Queens of style

Stage
Drag returns to the Rep with “White Hot Winter”

For Knate Higgins, drag is an art form, a “fun form of expression” that he’s been working in for close to a decade. Higgins is an actor and the special series curator at the Seacoast Repertory Theatre in Portsmouth, but Seacoast audiences might better recognize his drag alter-ego, Bunny Wonderland, the saucy co-host of the Rep’s Let’s B Reel film series and other events.

“It’s a fun art form to go and see; each queen is completely different. They’ll all have their own sort of style,” Higgins says.

Local audiences will have a chance to see some of that style on Friday, Jan. 16, when the Rep presents “White Hot Winter,” a drag revue featuring Jujubee, a contestant on the second season of “RuPaul’s Drag Race,” along with Boston-based drag performers Delta Miles, Rainbow Frite, and Lili Whiteass. Bunny Wonderland, otherwise known as Higgins, hosts the event.

“Attitudes toward drag have completely changed, and standards for drag have completely changed in the past few years. ‘Drag Race’ helped … push people to push freedom of expression with the medium,” he says.

“Drag Race” is entering its seventh season on the Logo network. Each season of the reality show pits 12 of the country’s top drag performers against each other in various contests, with RuPaul presiding over the contests. Its popularity with audiences is due, in part, to changing attitudes about gender and gender expression, Higgins says. Drag shows, and TV shows about drag performers, aren’t new, but they’re becoming more mainstream.

“I think it’s something people have always been interested in. … It’s why, whenever you see bachelorette parties, they always go to a gay bar or the drag bar. But there’s something to be said about the safety of television” as a way to experience that culture, Higgins says.

There are more drag performers now, and the medium is more accessible. “Drag shows are being used as platforms to raise money for Planned Parenthood” and other groups that might not necessarily have a connection to the queer community, he says.

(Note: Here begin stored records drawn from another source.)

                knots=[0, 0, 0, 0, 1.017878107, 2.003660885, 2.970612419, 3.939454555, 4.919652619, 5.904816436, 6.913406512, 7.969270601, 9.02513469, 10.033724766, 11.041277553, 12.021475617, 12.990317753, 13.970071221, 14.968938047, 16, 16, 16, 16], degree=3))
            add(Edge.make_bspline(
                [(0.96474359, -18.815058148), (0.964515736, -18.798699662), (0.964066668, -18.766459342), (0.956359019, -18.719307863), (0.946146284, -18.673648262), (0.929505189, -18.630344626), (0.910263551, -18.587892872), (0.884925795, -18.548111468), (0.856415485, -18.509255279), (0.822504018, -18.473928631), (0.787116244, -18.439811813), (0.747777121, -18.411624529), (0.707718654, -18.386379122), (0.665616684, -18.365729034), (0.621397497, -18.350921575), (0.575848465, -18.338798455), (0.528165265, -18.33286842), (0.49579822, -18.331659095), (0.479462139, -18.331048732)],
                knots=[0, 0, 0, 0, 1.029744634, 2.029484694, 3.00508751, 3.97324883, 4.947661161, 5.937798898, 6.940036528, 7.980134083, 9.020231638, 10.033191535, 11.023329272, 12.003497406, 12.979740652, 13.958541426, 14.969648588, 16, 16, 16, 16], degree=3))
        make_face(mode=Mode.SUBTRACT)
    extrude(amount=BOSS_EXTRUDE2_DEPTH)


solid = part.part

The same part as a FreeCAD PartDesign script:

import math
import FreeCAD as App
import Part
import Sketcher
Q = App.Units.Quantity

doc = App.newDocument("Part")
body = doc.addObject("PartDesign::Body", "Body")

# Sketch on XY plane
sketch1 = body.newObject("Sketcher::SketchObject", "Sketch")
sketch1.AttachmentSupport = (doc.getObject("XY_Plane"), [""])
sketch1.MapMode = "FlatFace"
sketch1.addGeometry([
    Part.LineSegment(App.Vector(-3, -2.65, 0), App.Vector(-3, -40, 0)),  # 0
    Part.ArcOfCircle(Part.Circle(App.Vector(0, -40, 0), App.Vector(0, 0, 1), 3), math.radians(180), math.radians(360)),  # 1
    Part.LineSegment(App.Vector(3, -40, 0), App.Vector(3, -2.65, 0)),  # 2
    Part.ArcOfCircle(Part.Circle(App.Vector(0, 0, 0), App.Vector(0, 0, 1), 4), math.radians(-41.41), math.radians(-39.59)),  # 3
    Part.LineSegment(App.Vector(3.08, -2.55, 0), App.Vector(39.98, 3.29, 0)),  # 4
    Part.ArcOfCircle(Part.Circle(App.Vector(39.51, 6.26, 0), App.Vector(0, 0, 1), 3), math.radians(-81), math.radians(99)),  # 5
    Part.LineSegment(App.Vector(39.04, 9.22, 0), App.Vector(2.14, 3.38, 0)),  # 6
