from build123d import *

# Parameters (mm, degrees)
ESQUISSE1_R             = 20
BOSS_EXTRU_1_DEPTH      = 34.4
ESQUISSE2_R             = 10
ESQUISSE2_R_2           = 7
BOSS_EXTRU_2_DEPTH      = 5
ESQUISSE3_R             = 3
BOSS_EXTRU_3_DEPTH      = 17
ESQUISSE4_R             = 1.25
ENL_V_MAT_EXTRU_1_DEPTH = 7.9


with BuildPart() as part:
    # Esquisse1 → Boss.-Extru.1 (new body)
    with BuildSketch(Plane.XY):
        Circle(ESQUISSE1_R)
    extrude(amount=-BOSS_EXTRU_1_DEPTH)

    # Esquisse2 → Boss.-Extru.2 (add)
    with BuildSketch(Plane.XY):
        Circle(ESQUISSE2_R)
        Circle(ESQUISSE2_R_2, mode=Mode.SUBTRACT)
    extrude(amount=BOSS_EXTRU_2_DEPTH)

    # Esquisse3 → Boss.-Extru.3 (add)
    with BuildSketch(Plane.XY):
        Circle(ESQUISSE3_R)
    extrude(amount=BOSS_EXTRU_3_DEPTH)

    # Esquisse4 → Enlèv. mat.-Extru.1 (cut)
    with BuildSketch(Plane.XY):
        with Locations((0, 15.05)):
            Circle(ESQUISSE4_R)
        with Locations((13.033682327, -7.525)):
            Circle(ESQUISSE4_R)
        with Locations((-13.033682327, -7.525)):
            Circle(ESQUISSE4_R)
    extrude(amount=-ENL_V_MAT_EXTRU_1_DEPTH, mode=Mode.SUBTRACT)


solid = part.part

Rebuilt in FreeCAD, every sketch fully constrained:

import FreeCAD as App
import Part
import Sketcher

V = App.Vector
Q = App.Units.Quantity

doc = App.newDocument("Part")
params = doc.addObject("Spreadsheet::Sheet", "Params")
for row, (alias, value) in enumerate([
    ("sketch1_diameter", "40 mm"),
    ("pad1_length", "34.4 mm"),
    ("sketch2_diameter", "20 mm"),
    ("sketch2_diameter2", "14 mm"),
    ("pad2_length", "5 mm"),
    ("sketch3_diameter", "6 mm"),
    ("pad3_length", "17 mm"),
    ("sketch4_diameter", "2.5 mm"),
    ("pocket1_length", "7.9 mm"),
], start=1):
    params.set(f"A{row}", alias)
    params.set(f"B{row}", "=" + value)
    params.setAlias(f"B{row}", alias)

body = doc.addObject("PartDesign::Body", "Body")

# Sketch on XY plane
sketch1 = body.newObject("Sketcher::SketchObject", "Sketch")
sketch1.AttachmentSupport = (doc.getObject("XY_Plane"), [""])
sketch1.MapMode = "FlatFace"
sketch1.addGeometry(Part.Circle(V(0, 0, 0), V(0, 0, 1), 20), False)
sketch1.addConstraint([
    Sketcher.Constraint("Coincident", 0, 3, -1, 1),
    Sketcher.Constraint("Diameter", 0, Q("40 mm")),
])
sketch1.setExpression("Constraints[1]", "Params.sketch1_diameter")
pad1 = body.newObject("PartDesign::Pad", "Pad")
pad1.Profile = sketch1
pad1.setExpression("Length", "Params.pad1_length")
pad1.Reversed = True

# Sketch on XY plane
sketch2 = body.newObject("Sketcher::SketchObject", "Sketch001")
sketch2.AttachmentSupport = (doc.getObject("XY_Plane"), [""])
sketch2.MapMode = "FlatFace"
sketch2.addGeometry([
    Part.Circle(V(0, 0, 0), V(0, 0, 1), 10),
    Part.Circle(V(0, 0, 0), V(0, 0, 1), 7),
], False)
sketch2.addConstraint([
    Sketcher.Constraint("Coincident", 0, 3, -1, 1),
    Sketcher.Constraint("Coincident", 1, 3, -1, 1),
    Sketcher.Constraint("Diameter", 0, Q("20 mm")),
    Sketcher.Constraint("Diameter", 1, Q("14 mm")),
])
sketch2.setExpression("Constraints[2]", "Params.sketch2_diameter")
sketch2.setExpression("Constraints[3]", "Params.sketch2_diameter2")
pad2 = body.newObject("PartDesign::Pad", "Pad001")
pad2.Profile = sketch2
pad2.setExpression("Length", "Params.pad2_length")

# Sketch on XY plane
sketch3 = body.newObject("Sketcher::SketchObject", "Sketch002")
sketch3.AttachmentSupport = (doc.getObject("XY_Plane"), [""])
sketch3.MapMode = "FlatFace"
sketch3.addGeometry(Part.Circle(V(0, 0, 0), V(0, 0, 1), 3), False)
sketch3.addConstraint([
    Sketcher.Constraint("Coincident", 0, 3, -1, 1),
    Sketcher.Constraint("Diameter", 0, Q("6 mm")),
])
sketch3.setExpression("Constraints[1]", "Params.sketch3_diameter")
pad3 = body.newObject("PartDesign::Pad", "Pad002")
pad3.Profile = sketch3
pad3.setExpression("Length", "Params.pad3_length")

# Sketch on XY plane
sketch4 = body.newObject("Sketcher::SketchObject", "Sketch003")
sketch4.AttachmentSupport = (doc.getObject("XY_Plane"), [""])
sketch4.MapMode = "FlatFace"
sketch4.addGeometry([
    Part.Circle(V(0, 15.05, 0), V(0, 0, 1), 1.25),
    Part.Circle(V(13.033682, -7.525, 0), V(0, 0, 1), 1.25),
    Part.Circle(V(-13.033682, -7.525, 0), V(0, 0, 1), 1.25),
], False)
sketch4.addConstraint([
    Sketcher.Constraint("Equal", 0, 1),
    Sketcher.Constraint("Equal", 1, 2),
    Sketcher.Constraint("Symmetric", 1, 3, 2, 3, -2),
    Sketcher.Constraint("PointOnObject", 0, 3, -2),
    Sketcher.Constraint("Diameter", 0, Q("2.5 mm")),
    Sketcher.Constraint("DistanceY", -1, 1, 0, 3, Q("15.05 mm")),
    Sketcher.Constraint("DistanceY", 1, 3, -1, 1, Q("7.525 mm")),
    Sketcher.Constraint("DistanceX", -1, 1, 1, 3, Q("13.033682 mm")),
])
sketch4.setExpression("Constraints[4]", "Params.sketch4_diameter")
pocket1 = body.newObject("PartDesign::Pocket", "Pocket")
pocket1.Profile = sketch4
pocket1.setExpression("Length", "Params.pocket1_length")

doc.recompute()
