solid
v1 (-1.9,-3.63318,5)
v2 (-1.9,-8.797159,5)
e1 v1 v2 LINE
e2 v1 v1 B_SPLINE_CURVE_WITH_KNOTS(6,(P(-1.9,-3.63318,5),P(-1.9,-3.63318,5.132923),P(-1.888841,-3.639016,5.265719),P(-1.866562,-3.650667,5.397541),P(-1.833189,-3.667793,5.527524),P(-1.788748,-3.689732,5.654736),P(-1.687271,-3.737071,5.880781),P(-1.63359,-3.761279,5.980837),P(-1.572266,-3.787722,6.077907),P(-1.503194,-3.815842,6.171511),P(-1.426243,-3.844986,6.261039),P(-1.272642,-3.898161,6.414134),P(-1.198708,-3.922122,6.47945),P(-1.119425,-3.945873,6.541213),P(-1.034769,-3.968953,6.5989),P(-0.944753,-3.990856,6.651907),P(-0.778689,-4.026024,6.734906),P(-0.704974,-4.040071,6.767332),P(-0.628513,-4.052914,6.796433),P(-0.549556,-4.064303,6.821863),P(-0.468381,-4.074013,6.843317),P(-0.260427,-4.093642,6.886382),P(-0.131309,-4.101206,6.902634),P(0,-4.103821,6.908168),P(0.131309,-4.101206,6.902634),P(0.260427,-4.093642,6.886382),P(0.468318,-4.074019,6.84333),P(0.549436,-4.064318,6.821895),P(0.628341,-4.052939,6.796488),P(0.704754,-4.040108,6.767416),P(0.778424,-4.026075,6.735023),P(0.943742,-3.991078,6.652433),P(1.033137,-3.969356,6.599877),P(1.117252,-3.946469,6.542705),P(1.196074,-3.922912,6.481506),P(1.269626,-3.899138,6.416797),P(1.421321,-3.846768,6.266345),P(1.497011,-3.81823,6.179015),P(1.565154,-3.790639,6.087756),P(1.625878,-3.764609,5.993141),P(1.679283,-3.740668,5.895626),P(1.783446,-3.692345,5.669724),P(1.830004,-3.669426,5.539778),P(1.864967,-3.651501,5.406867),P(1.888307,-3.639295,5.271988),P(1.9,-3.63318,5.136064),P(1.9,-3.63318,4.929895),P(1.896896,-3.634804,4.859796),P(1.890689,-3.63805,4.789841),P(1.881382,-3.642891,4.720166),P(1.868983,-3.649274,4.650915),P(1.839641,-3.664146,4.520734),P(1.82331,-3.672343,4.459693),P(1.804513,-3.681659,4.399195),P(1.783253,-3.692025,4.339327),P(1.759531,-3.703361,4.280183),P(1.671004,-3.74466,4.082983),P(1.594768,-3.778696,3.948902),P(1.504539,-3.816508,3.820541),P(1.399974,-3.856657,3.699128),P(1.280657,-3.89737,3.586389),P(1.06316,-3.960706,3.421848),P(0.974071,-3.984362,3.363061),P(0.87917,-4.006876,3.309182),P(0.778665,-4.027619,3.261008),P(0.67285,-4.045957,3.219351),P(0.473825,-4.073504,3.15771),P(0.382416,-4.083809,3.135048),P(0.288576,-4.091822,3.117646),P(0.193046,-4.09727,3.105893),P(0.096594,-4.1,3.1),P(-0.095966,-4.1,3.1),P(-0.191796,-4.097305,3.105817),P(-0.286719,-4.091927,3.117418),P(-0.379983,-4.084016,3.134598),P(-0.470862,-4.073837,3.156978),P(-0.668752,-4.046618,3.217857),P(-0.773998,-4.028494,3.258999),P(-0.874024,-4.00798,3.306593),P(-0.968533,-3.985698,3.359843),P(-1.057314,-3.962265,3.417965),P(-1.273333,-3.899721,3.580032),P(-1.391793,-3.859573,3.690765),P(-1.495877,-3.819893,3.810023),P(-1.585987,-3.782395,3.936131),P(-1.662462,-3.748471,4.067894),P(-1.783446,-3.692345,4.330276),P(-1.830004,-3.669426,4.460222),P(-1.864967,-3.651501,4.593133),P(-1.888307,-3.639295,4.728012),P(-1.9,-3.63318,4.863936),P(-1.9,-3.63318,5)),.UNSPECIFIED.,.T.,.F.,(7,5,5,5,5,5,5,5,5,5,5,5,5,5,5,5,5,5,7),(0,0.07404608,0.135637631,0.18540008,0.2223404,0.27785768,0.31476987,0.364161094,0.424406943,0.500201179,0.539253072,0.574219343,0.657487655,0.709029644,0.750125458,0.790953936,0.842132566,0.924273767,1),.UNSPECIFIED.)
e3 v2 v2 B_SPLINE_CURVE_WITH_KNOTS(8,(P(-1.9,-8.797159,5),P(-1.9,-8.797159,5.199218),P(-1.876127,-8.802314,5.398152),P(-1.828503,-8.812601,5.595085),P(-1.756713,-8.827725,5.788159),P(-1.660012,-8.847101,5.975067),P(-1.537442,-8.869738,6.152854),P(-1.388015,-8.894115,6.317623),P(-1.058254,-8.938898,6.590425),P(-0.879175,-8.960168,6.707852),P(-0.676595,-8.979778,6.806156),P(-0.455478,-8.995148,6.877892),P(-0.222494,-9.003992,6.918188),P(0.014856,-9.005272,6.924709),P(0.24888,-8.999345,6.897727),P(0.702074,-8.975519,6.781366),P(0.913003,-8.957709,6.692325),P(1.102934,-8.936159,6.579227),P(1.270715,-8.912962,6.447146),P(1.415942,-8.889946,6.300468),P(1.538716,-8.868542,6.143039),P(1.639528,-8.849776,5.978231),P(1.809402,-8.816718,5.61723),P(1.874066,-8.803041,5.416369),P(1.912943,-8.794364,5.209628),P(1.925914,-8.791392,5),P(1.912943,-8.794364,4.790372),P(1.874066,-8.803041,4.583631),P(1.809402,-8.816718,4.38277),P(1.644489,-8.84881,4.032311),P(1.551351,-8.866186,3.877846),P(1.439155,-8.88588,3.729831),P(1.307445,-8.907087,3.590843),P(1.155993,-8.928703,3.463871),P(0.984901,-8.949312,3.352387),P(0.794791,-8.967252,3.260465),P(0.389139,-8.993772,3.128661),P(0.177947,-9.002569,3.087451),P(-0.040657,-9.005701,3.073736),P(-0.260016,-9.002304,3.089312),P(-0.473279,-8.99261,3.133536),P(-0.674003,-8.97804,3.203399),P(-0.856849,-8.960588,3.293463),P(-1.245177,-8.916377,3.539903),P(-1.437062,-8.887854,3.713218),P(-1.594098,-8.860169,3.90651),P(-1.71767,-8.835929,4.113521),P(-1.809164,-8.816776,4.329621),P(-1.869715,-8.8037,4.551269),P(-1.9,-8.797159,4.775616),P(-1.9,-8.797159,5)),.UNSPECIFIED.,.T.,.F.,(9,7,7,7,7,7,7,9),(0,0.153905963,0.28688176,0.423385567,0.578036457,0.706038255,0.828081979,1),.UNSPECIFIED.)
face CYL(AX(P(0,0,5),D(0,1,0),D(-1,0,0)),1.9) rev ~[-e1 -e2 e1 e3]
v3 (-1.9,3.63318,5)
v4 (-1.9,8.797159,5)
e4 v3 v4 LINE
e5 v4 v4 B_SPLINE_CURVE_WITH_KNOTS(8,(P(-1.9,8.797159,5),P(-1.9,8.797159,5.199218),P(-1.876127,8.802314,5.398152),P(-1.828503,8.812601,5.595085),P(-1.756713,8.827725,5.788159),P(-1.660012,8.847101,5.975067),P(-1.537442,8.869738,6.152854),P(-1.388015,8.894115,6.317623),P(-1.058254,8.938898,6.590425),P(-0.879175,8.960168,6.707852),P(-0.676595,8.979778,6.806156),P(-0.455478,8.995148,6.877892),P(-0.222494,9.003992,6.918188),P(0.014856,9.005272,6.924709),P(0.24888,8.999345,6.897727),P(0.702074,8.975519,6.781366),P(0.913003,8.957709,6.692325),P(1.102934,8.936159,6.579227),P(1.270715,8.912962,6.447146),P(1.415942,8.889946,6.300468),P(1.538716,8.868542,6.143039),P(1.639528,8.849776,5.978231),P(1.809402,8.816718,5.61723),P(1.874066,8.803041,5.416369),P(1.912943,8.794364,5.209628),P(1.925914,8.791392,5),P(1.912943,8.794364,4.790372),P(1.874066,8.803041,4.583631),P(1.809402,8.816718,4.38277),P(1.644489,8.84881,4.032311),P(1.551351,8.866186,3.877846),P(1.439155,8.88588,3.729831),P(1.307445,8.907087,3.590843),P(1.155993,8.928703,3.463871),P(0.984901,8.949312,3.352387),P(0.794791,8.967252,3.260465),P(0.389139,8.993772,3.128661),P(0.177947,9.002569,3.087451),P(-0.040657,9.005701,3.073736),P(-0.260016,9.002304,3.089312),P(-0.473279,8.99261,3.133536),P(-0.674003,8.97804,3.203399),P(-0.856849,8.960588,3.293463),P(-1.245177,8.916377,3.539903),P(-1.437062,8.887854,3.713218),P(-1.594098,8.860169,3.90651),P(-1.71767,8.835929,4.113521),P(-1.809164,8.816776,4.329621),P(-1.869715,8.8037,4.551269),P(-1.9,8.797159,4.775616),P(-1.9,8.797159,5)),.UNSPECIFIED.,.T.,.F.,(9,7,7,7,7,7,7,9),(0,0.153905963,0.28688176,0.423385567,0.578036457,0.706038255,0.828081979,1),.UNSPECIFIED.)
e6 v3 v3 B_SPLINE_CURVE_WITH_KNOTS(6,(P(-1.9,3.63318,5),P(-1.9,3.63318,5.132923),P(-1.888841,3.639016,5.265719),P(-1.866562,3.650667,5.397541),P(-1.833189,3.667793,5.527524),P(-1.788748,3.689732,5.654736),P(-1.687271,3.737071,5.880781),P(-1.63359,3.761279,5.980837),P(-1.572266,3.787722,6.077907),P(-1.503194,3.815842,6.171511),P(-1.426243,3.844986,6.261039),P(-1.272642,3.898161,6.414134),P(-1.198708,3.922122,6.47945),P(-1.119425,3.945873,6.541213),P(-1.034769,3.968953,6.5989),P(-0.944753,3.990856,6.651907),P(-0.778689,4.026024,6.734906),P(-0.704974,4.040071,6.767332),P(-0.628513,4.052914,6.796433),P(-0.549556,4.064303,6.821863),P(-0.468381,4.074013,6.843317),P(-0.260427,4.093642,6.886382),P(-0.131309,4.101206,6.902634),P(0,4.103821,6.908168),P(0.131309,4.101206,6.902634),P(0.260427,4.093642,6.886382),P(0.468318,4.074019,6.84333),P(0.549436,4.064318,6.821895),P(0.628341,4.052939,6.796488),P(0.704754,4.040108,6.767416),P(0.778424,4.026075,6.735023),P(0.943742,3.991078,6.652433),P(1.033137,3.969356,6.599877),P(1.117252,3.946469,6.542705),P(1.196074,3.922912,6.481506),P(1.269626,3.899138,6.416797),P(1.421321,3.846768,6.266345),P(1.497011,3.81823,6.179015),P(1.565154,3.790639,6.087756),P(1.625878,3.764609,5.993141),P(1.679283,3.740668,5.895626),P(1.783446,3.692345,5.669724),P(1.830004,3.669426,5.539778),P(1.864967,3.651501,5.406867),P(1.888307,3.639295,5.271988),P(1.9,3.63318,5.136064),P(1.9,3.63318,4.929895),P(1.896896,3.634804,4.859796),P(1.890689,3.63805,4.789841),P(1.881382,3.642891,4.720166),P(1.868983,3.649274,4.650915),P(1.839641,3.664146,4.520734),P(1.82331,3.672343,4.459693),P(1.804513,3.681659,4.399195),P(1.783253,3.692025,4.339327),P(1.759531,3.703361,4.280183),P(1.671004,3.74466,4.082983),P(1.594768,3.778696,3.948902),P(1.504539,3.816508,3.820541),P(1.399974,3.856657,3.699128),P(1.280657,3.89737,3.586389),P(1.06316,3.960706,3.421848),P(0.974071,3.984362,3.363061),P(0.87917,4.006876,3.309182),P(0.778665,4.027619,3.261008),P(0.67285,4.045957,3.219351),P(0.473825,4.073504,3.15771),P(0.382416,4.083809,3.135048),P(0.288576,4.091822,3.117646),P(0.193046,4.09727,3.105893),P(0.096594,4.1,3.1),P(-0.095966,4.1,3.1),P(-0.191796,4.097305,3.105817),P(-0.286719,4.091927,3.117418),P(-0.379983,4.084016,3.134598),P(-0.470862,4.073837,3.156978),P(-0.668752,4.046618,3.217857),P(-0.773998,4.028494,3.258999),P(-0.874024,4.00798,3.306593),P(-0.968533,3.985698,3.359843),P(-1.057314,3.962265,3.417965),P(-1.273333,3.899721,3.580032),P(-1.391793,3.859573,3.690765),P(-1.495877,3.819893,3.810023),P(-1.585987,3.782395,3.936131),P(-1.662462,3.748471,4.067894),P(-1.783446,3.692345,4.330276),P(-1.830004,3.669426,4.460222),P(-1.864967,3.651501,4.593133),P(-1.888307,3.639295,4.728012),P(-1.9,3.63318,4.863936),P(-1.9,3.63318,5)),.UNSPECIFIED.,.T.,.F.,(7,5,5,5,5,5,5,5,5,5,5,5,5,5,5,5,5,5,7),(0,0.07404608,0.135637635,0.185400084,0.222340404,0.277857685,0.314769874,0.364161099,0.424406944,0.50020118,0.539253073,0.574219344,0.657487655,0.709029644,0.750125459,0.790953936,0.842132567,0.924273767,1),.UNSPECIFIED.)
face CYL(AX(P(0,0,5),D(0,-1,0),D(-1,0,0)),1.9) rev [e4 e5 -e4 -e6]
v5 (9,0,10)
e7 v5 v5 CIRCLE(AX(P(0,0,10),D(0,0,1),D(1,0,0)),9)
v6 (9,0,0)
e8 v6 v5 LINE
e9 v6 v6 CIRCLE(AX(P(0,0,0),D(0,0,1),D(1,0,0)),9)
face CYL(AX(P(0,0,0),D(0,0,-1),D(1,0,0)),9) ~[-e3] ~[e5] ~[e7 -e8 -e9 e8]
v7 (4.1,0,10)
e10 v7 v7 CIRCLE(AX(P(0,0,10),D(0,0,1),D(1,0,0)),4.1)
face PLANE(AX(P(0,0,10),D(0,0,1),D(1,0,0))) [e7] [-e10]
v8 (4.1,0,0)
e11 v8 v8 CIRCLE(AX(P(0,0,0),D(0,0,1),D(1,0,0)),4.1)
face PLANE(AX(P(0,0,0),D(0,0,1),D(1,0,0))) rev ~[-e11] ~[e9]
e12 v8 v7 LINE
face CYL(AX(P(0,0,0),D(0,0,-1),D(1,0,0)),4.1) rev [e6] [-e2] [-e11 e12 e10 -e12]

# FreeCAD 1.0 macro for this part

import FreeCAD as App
import Part
import Sketcher

V = App.Vector

doc = App.newDocument("Part")
body = doc.addObject("PartDesign::Body", "Body")

# Sketch on XY plane
sketch1 = body.newObject("Sketcher::SketchObject", "Sketch")
sketch1.AttachmentSupport = (doc.getObject("XY_Plane"), [""])
sketch1.MapMode = "FlatFace"
sketch1.addGeometry([
    Part.Circle(V(0, 0, 0), V(0, 0, 1), 9),
    Part.Circle(V(0, 0, 0), V(0, 0, 1), 4.1),
], False)
sketch1.addConstraint([
    Sketcher.Constraint("Coincident", 0, 3, -1, 1),
    Sketcher.Constraint("Coincident", 1, 3, -1, 1),
    Sketcher.Constraint("Diameter", 0, 18.0),
    Sketcher.Constraint("Diameter", 1, 8.2),
])
pad1 = body.newObject("PartDesign::Pad", "Pad")
pad1.Profile = sketch1
pad1.Length = 10

# Sketch on XZ plane
sketch2 = body.newObject("Sketcher::SketchObject", "Sketch001")
sketch2.AttachmentSupport = (doc.getObject("XZ_Plane"), [""])
sketch2.MapMode = "FlatFace"
sketch2.addGeometry(Part.Circle(V(0, 5, 0), V(0, 0, 1), 1.9), False)
sketch2.addConstraint([
    Sketcher.Constraint("PointOnObject", 0, 3, -2),
    Sketcher.Constraint("Diameter", 0, 3.8),
    Sketcher.Constraint("DistanceY", -1, 1, 0, 3, 5.0),
])
pocket1 = body.newObject("PartDesign::Pocket", "Pocket")
pocket1.Profile = sketch2
pocket1.Type = "ThroughAll"
pocket1.Midplane = True

doc.recompute()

“Attitudes toward drag have completely changed, and standards for drag have completely changed in the past few years.” — Knate Higgins

Both Boston and Portland have thriving drag scenes — in fact, Higgins lived and performed in Portland before moving to the Seacoast. Performers throughout the region keep in touch and hire each other for shows.

“It’s a really strong community,” Higgins says. “Everyone has their own style; it’s not as bitchy or catty as people think. It’s pretty tight-knit.”

It’s a community Higgins knows well. He developed Bunny Wonderland as a character almost 10 years ago. He was 18, and, instead of college, had plans to go to India to work on AIDS relief causes.

“I thought I’d raise money by doing a drag show,” he says.

A friend who owned a hookah bar in Portland let him stage the show there. He didn’t raise enough money to go to India, but he did catch the eye of someone from Southern Maine Pride, who asked Higgins to work as the group’s youth ambassador.

“I had to make the decision to really make Bunny a thing, and I did,” he says. “I had been working in Portland before that; from age 15 to 20, I ran ‘Rocky Horror’ at Movies on Exchange … the drag thing was never a far cry from what I had my heart set on.”

Bunny’s character is an amalgamation of women from B-movies and cult classics — a little bit of Patricia Arquette’s character from “A Nightmare on Elm Street 3: Dream Warriors,” a dash of Jennifer Connelly’s character from “Labyrinth,” a pinch of horror movie host Elvira, and others. She is, by turns, innocent and saucy, always ready with an outrageous quip.

“Bunny is just an extension of myself,” he says.

STAGEdrag_bunny_wonderland_photo_by_michael_wintersBunny Wonderland (photo by Michael Winters)

Last summer, the theater’s Red Light series hosted a series of drag shows called “Midsummer Night Queens,” which also featured stars from “Drag Race.” The response from audiences was “overwhelming,” Higgins says, with many of the shows nearly selling out.

“I was so surprised. I knew it would do well, but I didn’t know it would do that well. I think people like them. (The drag revues are) fun, they’re a little dangerous, and something different that’s not going on here,” he says.

“White Hot Winter: A RuPaul’s Drag Race Revue” takes place on Friday, Jan. 16 at 8 p.m. at the Seacoast Repertory Theatre, 125 Bow St., Portsmouth. Tickets are $25 and available online at seacoastrep.org or by calling 603-433-4472.